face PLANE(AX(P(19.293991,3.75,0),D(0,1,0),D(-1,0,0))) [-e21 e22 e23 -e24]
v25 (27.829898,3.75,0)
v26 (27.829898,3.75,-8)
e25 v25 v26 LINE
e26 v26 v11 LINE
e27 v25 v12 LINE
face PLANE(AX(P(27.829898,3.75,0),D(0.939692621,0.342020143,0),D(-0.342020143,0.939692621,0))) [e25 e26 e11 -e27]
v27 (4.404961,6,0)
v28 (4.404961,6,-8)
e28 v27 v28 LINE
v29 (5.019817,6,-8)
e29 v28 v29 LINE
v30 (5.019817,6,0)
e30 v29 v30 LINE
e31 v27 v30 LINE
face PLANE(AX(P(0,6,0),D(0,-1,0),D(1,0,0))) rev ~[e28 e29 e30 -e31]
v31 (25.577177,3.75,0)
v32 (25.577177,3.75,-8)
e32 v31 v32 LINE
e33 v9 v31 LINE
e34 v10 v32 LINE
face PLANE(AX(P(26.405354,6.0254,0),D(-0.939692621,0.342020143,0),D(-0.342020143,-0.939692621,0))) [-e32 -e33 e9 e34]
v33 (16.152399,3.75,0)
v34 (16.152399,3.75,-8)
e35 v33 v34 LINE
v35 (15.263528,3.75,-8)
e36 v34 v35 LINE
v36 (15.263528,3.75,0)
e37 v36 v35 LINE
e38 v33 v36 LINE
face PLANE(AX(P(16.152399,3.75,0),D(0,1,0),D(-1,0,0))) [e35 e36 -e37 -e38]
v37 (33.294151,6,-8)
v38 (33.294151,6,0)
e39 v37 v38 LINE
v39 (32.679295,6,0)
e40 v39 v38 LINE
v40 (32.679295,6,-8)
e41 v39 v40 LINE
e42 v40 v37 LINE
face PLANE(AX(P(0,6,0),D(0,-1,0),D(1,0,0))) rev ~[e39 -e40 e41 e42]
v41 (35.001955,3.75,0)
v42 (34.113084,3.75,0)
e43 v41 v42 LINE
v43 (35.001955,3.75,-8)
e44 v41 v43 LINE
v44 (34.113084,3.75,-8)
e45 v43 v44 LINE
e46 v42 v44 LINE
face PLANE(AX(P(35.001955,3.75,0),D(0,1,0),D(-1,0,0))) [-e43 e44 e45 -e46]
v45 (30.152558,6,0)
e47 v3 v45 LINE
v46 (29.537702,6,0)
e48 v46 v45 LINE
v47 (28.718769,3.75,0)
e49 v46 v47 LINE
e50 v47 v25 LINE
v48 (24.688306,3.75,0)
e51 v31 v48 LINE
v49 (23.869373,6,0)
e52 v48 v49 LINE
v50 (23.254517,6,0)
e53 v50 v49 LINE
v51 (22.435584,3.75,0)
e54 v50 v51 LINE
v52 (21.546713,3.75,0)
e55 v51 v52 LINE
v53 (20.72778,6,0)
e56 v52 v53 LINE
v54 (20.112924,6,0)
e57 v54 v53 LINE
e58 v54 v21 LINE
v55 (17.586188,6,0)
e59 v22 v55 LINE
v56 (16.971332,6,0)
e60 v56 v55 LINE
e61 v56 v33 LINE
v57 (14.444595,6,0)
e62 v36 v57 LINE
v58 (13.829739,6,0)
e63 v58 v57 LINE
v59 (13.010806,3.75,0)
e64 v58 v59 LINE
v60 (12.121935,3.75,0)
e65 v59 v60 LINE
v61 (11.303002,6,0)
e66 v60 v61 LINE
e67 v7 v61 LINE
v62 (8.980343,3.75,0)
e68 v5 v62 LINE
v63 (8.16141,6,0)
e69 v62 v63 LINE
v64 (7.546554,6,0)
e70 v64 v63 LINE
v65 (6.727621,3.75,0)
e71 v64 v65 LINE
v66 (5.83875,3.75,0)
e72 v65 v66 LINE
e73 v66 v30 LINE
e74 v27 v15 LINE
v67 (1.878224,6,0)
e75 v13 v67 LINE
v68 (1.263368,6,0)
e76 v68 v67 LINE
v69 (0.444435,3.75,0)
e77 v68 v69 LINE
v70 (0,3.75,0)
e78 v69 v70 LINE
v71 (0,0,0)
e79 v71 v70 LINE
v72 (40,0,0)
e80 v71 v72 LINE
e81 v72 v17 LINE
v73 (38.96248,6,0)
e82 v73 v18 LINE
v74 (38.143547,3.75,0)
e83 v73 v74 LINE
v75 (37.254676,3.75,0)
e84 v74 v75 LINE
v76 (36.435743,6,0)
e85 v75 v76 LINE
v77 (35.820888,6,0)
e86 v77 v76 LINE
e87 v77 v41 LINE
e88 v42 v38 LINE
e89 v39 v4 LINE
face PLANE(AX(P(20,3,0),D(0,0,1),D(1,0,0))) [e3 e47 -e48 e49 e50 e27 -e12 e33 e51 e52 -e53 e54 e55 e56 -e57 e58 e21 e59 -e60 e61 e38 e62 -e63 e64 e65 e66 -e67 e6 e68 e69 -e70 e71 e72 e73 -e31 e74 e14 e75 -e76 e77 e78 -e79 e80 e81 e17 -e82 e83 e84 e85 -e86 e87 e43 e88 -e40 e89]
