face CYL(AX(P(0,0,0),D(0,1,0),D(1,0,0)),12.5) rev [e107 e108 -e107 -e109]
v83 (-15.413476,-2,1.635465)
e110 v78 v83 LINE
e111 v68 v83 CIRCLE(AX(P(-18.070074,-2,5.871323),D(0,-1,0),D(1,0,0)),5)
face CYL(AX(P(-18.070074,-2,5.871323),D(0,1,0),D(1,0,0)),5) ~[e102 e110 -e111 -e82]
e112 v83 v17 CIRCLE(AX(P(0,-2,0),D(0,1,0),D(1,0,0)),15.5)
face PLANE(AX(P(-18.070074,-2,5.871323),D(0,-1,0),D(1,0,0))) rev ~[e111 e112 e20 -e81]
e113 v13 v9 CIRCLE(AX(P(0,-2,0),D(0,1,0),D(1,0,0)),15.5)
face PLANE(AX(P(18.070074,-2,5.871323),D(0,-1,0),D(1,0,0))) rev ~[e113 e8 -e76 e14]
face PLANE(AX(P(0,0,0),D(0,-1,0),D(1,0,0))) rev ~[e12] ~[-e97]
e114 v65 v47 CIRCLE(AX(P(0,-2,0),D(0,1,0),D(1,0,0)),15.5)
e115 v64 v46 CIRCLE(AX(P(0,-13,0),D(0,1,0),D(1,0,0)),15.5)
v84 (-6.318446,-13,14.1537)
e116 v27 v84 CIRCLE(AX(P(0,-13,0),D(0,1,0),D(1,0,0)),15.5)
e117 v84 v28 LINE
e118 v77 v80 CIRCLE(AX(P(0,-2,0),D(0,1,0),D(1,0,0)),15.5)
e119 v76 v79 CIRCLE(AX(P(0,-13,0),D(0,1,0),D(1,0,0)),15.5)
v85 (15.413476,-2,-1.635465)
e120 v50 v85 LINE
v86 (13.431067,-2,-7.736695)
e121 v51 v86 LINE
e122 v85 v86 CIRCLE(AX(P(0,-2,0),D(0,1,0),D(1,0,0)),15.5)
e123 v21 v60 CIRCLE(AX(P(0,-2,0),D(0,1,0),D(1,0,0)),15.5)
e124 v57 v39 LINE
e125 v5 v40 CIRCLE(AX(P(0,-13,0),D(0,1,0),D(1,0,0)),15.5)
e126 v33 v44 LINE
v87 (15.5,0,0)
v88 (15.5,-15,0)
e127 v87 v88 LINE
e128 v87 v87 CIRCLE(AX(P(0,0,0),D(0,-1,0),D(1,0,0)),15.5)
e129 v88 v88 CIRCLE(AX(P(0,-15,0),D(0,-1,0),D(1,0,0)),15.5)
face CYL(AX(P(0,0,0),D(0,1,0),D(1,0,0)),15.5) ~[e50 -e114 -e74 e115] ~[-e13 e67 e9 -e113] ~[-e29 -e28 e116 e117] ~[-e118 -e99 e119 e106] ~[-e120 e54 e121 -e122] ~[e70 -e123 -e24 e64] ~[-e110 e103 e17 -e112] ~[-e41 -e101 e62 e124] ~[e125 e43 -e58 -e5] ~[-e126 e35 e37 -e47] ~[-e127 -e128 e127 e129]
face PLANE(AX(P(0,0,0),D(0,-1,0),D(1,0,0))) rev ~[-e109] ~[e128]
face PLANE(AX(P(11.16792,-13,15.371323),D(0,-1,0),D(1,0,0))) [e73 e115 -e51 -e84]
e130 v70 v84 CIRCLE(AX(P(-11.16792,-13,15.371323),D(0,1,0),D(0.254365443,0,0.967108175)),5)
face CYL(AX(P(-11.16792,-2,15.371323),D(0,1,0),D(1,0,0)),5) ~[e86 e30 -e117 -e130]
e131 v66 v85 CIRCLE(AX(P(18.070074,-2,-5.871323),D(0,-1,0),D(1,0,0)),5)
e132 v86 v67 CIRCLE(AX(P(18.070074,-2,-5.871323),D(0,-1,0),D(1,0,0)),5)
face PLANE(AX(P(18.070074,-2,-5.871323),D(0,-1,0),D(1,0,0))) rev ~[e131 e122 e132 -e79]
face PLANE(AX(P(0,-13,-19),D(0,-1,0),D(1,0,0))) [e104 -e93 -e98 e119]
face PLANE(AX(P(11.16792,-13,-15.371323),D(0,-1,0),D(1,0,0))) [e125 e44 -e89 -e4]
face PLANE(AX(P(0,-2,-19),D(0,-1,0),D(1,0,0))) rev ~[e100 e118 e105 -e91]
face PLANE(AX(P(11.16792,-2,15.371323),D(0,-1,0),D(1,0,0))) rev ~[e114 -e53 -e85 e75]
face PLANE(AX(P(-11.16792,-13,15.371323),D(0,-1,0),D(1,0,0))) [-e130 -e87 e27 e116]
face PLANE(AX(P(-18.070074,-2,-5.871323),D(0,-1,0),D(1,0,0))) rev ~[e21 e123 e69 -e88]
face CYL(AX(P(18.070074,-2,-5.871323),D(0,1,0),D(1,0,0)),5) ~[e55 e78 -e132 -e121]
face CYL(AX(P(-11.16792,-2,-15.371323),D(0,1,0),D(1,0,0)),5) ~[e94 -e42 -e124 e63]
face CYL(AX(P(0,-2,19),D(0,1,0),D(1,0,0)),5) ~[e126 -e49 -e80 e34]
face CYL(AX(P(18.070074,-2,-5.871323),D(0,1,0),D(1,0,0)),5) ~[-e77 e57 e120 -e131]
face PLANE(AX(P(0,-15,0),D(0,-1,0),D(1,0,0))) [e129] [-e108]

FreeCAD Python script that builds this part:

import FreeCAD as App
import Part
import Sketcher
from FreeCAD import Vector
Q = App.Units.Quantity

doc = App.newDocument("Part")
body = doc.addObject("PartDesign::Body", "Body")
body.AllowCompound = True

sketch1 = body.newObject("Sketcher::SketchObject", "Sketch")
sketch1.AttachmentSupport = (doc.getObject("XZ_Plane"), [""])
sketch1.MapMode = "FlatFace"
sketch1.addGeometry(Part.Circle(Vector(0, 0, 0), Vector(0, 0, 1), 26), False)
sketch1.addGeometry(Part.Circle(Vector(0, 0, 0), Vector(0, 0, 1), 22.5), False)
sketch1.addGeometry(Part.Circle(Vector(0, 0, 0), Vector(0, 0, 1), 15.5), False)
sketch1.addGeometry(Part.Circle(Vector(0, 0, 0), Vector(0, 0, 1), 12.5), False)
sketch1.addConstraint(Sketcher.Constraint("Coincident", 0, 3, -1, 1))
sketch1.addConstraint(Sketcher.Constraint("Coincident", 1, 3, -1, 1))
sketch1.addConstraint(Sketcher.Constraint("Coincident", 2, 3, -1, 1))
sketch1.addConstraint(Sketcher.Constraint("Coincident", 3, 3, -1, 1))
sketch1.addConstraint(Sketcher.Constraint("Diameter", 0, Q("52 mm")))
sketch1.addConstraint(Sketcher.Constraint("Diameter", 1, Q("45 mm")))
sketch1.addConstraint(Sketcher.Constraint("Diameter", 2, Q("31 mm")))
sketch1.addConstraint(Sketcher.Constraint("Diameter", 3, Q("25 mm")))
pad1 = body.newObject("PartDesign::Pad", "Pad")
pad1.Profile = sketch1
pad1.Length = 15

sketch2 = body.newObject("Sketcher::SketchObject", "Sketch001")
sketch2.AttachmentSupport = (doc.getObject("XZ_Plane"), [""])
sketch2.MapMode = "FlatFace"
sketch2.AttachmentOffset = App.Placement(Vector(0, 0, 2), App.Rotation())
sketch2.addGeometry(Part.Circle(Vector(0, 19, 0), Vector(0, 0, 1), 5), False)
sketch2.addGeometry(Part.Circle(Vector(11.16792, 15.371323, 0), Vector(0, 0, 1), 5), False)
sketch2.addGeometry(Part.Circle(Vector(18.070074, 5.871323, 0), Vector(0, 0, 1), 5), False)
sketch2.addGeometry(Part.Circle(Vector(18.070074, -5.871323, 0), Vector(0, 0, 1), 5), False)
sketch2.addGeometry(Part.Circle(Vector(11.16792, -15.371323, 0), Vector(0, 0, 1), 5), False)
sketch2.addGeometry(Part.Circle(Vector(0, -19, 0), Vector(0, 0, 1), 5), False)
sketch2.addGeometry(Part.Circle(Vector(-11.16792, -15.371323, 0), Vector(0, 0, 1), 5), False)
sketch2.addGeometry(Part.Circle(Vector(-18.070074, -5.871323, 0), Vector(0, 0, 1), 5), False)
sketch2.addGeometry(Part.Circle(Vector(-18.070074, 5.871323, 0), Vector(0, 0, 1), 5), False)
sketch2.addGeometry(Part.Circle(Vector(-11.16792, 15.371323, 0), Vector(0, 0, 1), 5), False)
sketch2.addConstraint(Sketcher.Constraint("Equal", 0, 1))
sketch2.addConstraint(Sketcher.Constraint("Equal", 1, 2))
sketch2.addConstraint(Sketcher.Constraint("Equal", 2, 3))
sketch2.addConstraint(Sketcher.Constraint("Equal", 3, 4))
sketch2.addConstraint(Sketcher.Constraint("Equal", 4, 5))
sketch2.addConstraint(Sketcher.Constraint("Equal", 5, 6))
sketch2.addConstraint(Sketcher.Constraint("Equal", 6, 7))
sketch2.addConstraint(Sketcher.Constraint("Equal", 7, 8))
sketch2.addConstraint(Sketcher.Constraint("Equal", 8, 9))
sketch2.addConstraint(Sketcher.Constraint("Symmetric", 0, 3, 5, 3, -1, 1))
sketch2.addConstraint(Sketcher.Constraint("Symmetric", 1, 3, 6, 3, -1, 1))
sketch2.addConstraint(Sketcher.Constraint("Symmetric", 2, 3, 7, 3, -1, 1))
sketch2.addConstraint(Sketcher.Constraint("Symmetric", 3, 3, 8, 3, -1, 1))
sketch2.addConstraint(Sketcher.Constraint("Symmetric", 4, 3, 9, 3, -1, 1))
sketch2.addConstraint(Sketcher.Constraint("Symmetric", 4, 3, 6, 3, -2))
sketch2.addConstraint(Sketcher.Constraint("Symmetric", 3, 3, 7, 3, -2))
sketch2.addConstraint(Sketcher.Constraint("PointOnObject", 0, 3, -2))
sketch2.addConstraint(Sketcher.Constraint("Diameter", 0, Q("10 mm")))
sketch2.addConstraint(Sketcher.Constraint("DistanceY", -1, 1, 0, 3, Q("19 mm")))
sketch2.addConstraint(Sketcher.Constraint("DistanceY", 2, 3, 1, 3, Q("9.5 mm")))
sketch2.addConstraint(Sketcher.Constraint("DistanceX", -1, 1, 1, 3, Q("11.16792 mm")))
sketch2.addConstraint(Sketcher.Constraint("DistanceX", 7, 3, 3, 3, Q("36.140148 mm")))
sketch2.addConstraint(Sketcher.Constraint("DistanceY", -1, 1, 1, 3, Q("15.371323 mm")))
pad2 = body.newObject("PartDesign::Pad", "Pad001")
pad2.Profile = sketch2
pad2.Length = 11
━━━━━━━━━━━━━━━━━━━━
**Aim of the exercise:** Within the material above, show every line that includes "import".

**Solution to this exercise:**
import FreeCAD as App
import Part
import Sketcher
from FreeCAD import Vector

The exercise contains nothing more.